Voir Miriam Regev, la tonitruante et très nationaliste ministre de la culture Israélienne, contrainte d'adouber Synonymes après son triomphe au festival de Berlin relève d'une belle ironie tragique. Attaché au parcours cabossé de Yoav, un soldat exilé à Paris et révulsé tout à la fois par son pays natal et sa langue maternelle, le dernier film de Nadav Lapid n'est pas tendre avec l'identité israélienne. Il n'est pas non plus aussi frondeur qu'on aurait pu le croire ou l'espérer : le spectateur, un peu désarçonné, ne saura rien des raisons de ce rejet viscéral des racines du protagoniste. Il doit se contenter d'un enchaînement de vignettes chic et choc, qui analysent avec pertinence la construction et déconstruction identitaire de cet anti-héros sculptural (excellent Tom Mercier), mais qui échouent à peindre autre chose qu'un itinéraire individuel un peu absurde et mélancolique, finalement assez commun dans le cinéma français.
S'il y a bien dans Synonymes quelques tentatives de paraboles politiques, elles restent toutes cadenassées par les gros sabots de Nadav Lapid, qui n'hésite pas à mettre en scène des cours de "civisme français" atterants ou à faire chanter de vieux hymnes de l'Eurovision à des pin-ups de l'armée israélienne. C'est finalement assez peu, et les ficelles de l'humour pince-sans-rire façon Toni Erdmann (Maren Ade est ici productrice) sont un peu trop voyantes pour être complètement honnêtes. Le metteur en scène est plus à l'aise avec ses vieilles marottes : le protagoniste de Synonymes hérite non seulement du prénom du petit poète prodige de L'institutrice, mais aussi de son talent littéraire. Conteur né, il cède puis reprend ses récits, tous déclamés dans un français châtié assez drôle, au rythme de ses fluctuations identitaires.

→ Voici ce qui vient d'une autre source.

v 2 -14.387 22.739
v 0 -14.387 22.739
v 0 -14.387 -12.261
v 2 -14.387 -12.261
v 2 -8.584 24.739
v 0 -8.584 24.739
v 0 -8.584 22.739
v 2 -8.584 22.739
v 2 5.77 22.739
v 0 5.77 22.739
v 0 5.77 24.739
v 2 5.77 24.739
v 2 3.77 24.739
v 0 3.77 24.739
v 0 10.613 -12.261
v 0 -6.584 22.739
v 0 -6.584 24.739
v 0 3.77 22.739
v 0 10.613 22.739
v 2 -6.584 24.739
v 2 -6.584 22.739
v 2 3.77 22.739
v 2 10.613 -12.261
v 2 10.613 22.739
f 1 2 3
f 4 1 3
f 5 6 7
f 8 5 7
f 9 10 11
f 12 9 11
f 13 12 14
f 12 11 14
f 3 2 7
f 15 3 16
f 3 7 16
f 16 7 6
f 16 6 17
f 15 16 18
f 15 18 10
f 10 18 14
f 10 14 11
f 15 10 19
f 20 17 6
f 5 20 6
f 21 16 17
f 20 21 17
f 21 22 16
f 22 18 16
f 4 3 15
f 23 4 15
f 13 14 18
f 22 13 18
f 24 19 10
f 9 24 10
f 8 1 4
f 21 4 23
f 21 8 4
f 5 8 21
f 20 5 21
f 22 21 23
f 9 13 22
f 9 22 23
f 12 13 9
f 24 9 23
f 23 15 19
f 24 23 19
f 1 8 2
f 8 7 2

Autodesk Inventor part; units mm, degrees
ref_plane "YZ Plane" through (0, 0, 0) normal (1, 0, 0) x (0, 1, 0)
ref_plane "XZ Plane" through (0, 0, 0) normal (0, 1, 0) x (-1, 0, 0)
ref_plane "XY Plane" through (0, 0, 0) normal (0, 0, 1) x (1, 0, 0)
sketch "Sketch1" plane through (0, 0, 0) normal (1, 0, 0) x (0, 1, 0)
  line L0 (10.6126, 22.7394) -> (-14.3874, 22.7394)
  line L1 (-14.3874, 22.7394) -> (-14.3874, -12.2606)
  line L2 (-14.3874, -12.2606) -> (10.6126, -12.2606)
  line L3 (10.6126, -12.2606) -> (10.6126, 22.7394)
  line L4 (5.7696, 24.7394) -> (3.7696, 24.7394)
  line L5 (3.7696, 24.7394) -> (3.7696, 22.7394)
  line L6 (3.7696, 22.7394) -> (5.7696, 22.7394)
  line L7 (5.7696, 22.7394) -> (5.7696, 24.7394)
  line L8 (-6.5839, 24.7394) -> (-8.5839, 24.7394)
  line L9 (-8.5839, 24.7394) -> (-8.5839, 22.7394)
  line L10 (-8.5839, 22.7394) -> (-6.5839, 22.7394)
  line L11 (-6.5839, 22.7394) -> (-6.5839, 24.7394)
  line L12 (3.7696, 22.7394) -> (-6.5839, 22.7394)
  point P0 (0, 0)
  dimension "d0" = 25
  dimension "d1" = 35
  dimension "d2" = 2
  dimension "d3" = 2
  dimension "d4" = 2
  dimension "d5" = 2
extrude "Extrusion1" add sketch "Sketch1" along normal blind 2
properties part number "sidestandforservoclamp"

Mais là encore Nadav Lapid abandonne rapidement cette bonne piste, finalement bien plus intéressante que les méandres kafkaïens de la naturalisation administrative.

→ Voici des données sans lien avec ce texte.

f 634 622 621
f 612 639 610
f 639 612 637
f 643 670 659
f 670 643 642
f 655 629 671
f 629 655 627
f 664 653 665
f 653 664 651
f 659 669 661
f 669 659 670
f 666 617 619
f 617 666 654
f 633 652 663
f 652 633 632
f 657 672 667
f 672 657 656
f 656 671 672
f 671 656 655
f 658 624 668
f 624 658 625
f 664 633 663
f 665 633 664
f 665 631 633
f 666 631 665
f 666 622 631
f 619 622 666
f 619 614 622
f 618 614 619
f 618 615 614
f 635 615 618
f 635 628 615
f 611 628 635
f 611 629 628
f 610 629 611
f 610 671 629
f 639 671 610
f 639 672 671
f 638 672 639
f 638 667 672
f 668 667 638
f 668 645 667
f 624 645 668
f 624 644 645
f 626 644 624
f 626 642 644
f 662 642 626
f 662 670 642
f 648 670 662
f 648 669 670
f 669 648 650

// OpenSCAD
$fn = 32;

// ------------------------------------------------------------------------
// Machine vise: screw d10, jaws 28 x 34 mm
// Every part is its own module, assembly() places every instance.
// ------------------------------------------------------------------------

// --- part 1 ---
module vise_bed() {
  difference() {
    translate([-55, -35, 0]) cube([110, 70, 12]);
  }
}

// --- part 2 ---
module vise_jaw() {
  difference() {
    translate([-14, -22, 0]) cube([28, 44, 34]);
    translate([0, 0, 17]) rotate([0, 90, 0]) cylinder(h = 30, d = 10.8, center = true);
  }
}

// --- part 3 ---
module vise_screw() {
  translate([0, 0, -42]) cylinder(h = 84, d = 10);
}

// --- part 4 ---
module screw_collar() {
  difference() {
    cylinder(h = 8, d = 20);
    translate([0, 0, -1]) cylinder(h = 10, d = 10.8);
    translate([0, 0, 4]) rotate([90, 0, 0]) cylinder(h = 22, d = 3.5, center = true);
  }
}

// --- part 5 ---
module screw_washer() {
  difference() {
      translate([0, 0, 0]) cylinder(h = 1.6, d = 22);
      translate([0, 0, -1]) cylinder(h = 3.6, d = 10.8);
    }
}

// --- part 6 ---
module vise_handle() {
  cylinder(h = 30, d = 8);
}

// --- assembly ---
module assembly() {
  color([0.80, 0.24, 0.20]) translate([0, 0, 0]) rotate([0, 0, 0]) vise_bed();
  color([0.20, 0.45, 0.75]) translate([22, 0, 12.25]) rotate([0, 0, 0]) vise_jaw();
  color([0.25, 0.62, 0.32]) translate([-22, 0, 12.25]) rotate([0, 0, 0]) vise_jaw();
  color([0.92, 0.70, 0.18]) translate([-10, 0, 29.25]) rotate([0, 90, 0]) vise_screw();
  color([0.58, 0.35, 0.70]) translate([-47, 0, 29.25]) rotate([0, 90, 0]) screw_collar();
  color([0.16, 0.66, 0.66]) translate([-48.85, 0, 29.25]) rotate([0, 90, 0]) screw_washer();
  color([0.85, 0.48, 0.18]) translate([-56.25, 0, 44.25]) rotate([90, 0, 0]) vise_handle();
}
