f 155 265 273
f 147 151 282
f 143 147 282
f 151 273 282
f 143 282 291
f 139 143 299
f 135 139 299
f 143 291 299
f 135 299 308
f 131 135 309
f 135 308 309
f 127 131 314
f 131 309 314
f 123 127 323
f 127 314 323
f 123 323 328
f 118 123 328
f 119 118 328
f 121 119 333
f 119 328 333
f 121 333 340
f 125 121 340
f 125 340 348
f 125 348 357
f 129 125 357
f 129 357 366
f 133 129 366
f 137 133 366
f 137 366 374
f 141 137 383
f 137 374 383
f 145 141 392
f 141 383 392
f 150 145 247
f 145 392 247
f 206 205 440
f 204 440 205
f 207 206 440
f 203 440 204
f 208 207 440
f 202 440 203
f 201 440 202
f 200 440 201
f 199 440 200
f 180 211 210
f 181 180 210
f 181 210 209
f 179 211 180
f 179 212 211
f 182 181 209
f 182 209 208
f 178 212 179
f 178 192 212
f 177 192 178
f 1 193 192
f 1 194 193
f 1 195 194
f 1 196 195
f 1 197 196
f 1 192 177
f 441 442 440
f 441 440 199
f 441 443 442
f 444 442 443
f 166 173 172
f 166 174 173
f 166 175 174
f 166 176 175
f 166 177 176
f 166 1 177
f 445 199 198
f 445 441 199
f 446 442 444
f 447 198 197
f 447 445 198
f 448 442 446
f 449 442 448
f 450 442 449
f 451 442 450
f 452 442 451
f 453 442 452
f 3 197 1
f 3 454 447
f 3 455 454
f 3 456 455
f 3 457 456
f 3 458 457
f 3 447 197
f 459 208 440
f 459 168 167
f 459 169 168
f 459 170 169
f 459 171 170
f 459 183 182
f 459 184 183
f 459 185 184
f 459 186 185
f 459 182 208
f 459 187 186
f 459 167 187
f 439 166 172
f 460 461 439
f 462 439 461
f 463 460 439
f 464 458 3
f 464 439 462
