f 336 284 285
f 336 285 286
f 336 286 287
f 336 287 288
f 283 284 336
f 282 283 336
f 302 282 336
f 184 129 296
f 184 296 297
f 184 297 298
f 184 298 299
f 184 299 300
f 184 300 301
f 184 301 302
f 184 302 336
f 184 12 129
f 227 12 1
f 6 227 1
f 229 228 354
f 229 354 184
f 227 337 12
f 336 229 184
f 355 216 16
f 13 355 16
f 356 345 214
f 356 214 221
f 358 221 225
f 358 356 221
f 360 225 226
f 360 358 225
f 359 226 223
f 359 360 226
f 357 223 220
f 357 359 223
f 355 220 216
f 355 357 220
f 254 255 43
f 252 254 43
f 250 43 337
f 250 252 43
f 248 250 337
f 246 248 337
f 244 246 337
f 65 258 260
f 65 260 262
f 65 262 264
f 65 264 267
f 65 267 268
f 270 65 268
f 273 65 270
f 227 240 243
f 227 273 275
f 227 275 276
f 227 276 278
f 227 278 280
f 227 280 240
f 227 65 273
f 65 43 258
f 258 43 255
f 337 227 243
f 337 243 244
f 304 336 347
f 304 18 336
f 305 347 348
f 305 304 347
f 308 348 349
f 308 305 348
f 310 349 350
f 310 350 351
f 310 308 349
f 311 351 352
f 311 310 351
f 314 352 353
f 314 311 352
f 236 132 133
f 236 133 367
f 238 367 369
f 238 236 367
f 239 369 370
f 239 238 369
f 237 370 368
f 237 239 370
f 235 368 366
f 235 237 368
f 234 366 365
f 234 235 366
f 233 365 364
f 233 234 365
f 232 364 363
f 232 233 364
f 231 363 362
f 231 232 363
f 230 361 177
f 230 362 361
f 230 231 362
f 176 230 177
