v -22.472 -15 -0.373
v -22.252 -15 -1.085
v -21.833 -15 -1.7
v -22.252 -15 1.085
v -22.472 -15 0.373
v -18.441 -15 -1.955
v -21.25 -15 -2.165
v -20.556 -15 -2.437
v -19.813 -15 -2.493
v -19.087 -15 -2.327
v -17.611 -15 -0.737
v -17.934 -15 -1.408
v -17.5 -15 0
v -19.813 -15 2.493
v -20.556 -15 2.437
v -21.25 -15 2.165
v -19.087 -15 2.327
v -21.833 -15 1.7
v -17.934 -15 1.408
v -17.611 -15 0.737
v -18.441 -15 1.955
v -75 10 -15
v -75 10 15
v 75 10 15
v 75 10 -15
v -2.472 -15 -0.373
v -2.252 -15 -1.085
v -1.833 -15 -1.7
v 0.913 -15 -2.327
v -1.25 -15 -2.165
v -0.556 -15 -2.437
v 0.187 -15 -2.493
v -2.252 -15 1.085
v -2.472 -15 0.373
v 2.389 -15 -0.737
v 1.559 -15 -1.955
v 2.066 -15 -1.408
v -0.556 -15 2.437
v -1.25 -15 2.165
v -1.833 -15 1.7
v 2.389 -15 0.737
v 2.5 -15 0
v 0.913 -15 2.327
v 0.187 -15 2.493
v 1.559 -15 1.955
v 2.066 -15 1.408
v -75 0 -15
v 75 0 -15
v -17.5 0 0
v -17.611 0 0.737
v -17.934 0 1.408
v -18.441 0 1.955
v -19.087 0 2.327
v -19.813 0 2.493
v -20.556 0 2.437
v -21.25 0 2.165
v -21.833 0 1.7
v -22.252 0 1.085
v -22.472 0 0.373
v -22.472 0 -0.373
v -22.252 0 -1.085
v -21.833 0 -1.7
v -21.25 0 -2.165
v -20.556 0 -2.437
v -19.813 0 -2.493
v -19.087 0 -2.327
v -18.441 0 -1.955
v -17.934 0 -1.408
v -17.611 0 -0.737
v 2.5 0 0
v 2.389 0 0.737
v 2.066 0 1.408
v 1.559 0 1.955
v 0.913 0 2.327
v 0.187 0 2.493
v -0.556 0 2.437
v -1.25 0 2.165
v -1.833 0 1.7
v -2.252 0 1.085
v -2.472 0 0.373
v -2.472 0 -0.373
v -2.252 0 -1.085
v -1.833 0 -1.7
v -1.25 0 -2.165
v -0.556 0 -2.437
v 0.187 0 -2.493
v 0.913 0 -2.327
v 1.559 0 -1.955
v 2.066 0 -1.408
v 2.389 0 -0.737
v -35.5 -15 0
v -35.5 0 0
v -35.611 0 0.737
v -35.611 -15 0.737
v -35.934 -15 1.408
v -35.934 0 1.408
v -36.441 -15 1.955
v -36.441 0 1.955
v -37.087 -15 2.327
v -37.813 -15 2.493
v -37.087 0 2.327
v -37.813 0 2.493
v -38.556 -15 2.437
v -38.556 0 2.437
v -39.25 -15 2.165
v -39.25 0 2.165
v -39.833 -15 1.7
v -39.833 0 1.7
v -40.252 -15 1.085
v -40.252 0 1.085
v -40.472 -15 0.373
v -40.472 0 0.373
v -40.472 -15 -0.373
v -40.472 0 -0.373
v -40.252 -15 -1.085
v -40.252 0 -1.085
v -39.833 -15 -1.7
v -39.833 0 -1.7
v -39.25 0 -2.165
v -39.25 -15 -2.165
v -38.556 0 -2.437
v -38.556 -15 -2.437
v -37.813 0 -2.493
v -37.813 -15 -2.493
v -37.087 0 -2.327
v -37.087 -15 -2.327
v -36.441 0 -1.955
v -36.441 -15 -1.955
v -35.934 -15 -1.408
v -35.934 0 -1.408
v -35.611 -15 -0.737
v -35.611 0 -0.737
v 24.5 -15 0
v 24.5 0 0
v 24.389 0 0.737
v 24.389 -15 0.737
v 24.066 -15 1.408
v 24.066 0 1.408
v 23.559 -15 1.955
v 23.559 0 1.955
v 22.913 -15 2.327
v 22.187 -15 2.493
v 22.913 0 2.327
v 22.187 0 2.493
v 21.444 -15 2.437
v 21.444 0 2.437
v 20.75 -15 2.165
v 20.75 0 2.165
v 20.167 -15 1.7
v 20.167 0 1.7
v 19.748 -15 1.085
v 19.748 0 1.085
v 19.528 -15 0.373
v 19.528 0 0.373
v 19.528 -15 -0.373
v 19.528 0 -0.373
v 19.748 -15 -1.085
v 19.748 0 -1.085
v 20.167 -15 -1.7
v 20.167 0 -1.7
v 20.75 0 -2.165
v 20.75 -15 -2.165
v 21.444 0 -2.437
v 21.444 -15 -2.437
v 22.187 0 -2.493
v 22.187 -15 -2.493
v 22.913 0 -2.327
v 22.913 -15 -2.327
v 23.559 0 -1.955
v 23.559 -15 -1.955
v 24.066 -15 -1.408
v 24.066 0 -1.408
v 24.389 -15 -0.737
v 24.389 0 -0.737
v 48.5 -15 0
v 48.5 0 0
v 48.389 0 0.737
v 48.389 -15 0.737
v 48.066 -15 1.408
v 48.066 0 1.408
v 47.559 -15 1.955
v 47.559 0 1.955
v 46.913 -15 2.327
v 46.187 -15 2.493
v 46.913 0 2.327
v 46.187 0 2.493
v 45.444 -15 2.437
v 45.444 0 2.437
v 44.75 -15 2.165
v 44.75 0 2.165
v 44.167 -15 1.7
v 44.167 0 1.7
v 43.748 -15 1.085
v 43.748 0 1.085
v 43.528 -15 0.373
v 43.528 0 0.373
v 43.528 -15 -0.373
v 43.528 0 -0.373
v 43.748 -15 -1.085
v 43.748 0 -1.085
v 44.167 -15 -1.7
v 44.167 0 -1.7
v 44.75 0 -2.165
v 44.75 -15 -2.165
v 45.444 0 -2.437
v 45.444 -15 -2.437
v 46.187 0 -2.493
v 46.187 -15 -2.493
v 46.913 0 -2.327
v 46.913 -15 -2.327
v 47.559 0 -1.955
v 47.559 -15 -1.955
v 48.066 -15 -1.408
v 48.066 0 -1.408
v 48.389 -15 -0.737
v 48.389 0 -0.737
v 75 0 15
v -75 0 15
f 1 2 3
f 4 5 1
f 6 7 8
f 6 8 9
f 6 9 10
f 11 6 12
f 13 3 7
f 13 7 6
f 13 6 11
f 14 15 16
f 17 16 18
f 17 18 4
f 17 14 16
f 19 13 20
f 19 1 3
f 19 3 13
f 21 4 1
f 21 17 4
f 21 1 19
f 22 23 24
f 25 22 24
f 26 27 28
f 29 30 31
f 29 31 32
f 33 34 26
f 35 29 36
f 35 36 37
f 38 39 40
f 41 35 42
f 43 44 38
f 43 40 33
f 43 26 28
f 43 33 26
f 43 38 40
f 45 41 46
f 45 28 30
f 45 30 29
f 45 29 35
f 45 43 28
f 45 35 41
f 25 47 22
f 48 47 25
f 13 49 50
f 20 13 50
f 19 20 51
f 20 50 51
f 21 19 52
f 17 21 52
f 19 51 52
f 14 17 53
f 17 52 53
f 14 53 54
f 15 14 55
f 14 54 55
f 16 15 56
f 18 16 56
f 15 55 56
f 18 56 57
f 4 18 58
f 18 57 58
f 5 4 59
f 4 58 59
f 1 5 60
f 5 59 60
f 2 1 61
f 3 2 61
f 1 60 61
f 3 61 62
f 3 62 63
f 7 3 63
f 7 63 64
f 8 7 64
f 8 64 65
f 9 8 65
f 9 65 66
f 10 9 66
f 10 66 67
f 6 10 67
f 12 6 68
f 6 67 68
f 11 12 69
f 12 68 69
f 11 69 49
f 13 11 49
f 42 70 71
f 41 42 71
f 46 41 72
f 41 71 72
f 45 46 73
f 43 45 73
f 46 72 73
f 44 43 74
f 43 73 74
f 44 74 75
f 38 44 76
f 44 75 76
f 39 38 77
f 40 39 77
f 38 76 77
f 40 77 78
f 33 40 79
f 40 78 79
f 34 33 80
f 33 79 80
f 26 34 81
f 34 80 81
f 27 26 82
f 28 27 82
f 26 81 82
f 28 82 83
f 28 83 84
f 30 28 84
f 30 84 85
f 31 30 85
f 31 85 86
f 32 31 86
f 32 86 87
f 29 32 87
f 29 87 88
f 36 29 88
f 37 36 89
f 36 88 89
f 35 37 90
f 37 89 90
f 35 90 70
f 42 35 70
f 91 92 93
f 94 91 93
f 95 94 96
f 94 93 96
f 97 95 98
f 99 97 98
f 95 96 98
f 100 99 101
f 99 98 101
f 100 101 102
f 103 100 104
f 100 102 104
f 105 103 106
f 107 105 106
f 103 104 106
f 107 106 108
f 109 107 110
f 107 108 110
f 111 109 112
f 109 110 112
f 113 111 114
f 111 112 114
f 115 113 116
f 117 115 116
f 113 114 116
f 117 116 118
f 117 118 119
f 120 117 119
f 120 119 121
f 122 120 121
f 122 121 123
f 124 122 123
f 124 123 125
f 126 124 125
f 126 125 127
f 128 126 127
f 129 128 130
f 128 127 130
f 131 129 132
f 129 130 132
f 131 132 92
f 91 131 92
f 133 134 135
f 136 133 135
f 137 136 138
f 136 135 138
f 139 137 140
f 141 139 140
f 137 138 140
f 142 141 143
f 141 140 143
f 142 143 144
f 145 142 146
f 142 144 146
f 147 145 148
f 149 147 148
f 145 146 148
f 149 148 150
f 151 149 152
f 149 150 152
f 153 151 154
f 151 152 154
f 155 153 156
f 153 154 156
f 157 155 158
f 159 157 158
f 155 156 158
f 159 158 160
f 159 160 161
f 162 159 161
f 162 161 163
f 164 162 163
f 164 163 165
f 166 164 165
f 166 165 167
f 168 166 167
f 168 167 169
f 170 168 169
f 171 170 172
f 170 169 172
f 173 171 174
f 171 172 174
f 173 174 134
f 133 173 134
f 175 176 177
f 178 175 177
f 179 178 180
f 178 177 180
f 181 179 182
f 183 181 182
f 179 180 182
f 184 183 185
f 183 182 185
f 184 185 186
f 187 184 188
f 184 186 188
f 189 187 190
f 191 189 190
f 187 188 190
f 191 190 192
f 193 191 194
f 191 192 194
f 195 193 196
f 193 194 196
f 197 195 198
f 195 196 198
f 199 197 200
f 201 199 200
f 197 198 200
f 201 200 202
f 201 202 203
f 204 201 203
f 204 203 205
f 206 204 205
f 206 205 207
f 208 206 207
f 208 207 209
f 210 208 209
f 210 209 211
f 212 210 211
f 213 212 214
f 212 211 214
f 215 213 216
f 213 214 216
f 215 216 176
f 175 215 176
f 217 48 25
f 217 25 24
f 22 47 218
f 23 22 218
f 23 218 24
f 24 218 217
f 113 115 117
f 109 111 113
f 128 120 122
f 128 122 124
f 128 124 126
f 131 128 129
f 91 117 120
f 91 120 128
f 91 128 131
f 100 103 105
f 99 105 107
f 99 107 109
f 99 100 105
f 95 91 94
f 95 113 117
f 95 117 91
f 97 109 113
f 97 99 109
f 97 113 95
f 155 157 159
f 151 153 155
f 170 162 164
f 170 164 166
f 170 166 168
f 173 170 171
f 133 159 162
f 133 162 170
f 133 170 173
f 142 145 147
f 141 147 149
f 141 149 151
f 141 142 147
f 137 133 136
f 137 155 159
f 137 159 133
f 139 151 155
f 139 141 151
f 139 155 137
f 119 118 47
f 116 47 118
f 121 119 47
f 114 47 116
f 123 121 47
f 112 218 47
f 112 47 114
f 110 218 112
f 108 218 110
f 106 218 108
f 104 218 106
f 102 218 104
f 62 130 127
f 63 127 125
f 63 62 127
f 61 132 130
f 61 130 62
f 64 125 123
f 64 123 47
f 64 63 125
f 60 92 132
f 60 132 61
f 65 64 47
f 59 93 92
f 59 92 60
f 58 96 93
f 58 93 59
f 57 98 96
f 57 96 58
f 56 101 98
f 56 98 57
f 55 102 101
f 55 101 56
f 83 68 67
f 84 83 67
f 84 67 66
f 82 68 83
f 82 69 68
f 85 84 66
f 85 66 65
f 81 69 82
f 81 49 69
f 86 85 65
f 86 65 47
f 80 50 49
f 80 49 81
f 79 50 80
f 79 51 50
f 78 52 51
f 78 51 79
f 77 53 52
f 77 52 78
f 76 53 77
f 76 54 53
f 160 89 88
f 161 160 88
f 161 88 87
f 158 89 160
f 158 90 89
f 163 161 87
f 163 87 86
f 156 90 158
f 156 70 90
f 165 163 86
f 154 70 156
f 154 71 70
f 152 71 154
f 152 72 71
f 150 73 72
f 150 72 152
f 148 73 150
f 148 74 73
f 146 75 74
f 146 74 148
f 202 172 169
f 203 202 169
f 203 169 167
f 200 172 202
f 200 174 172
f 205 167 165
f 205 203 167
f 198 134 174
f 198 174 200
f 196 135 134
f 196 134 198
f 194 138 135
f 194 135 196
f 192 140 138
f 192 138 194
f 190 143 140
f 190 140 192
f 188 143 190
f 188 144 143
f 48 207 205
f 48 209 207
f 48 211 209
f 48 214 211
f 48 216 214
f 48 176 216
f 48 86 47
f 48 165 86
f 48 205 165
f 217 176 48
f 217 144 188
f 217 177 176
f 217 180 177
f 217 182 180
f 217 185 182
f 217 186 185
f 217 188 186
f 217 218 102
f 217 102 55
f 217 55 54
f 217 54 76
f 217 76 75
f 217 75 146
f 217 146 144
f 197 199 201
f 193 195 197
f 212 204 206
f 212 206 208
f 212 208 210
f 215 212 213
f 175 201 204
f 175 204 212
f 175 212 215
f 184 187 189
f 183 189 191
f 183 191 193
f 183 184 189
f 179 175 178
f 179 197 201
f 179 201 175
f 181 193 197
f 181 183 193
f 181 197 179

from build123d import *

# Parameters (mm, degrees)
F0_W     = 150
F0_H     = 30
F1_DEPTH = 10
F2_R     = 2.5
F3_DEPTH = 15


with BuildPart() as f1:
    # F0 (on Front) → F1 (new body)
    with BuildSketch(Plane.XZ):
        Rectangle(F0_W, F0_H)
    extrude(amount=-F1_DEPTH)

    # F2 (on face) → F3 (join)
    with BuildSketch(Plane.XZ):
        with Locations((-38, 0)):
            Circle(F2_R)
        with Locations((-20, 0)):
            Circle(F2_R)
        Circle(F2_R)
        with Locations((22, 0)):
            Circle(F2_R)
        with Locations((46, 0)):
            Circle(F2_R)
    extrude(amount=F3_DEPTH)


solid = f1.part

Tout Synonymes est ainsi : une bonne idée est jetée en l'air, et y reste en attendant désespérément d'être rattrapée en vol. On peut trouver certaines qualités à ce flottement délibéré, mais la mise en scène peine elle aussi à l'incarner. Foisonnante d'idée, elle donne un temps l'impression de soutenir le film avant de finir par l'écraser de tout son poids. Le choix de maintenir Yoav, personnage fuyant par excellence, en permanence au centre de l'écran y est pour beaucoup : c'est peu dire que la dernière scène, par exemple, aurait gagné à être filmée de l'autre côté de la porte. De la carrure magistrale de Tom Mercier sans cesse exhibée à sa cannibalisation permanente de l'écran, il est finalement bien compliqué d'être touché par l'effacement de Yoav, qui n'existe jamais qu'en théorie.
Synonymes se prend en plus parfois les pieds dans le tapis, la faute à des développements trop balisés, en témoigne la romance sexuelle fanée dans laquelle Nadav Lapid force Yoav et la très fade Caroline (incarnée par une Louise Chevillotte néanmoins impeccable). Ironie du sort : la tension sexuelle inexistante de ce duo de personnages est annihilée par celle, à couper au couteau, de Tom Mercier et Quentin Dolmaire. Un accident de casting dont Nadav Lapid ne sait encore une fois que faire, préférant dérouler le programme finalement assez confortable de son film faussement fou. Rien qui n'enlève à Synonymes ces nombreuses qualités, parmi lesquelles une véritable honnêteté — mais rien qui ne justifie non plus de s'emballer à son sujet.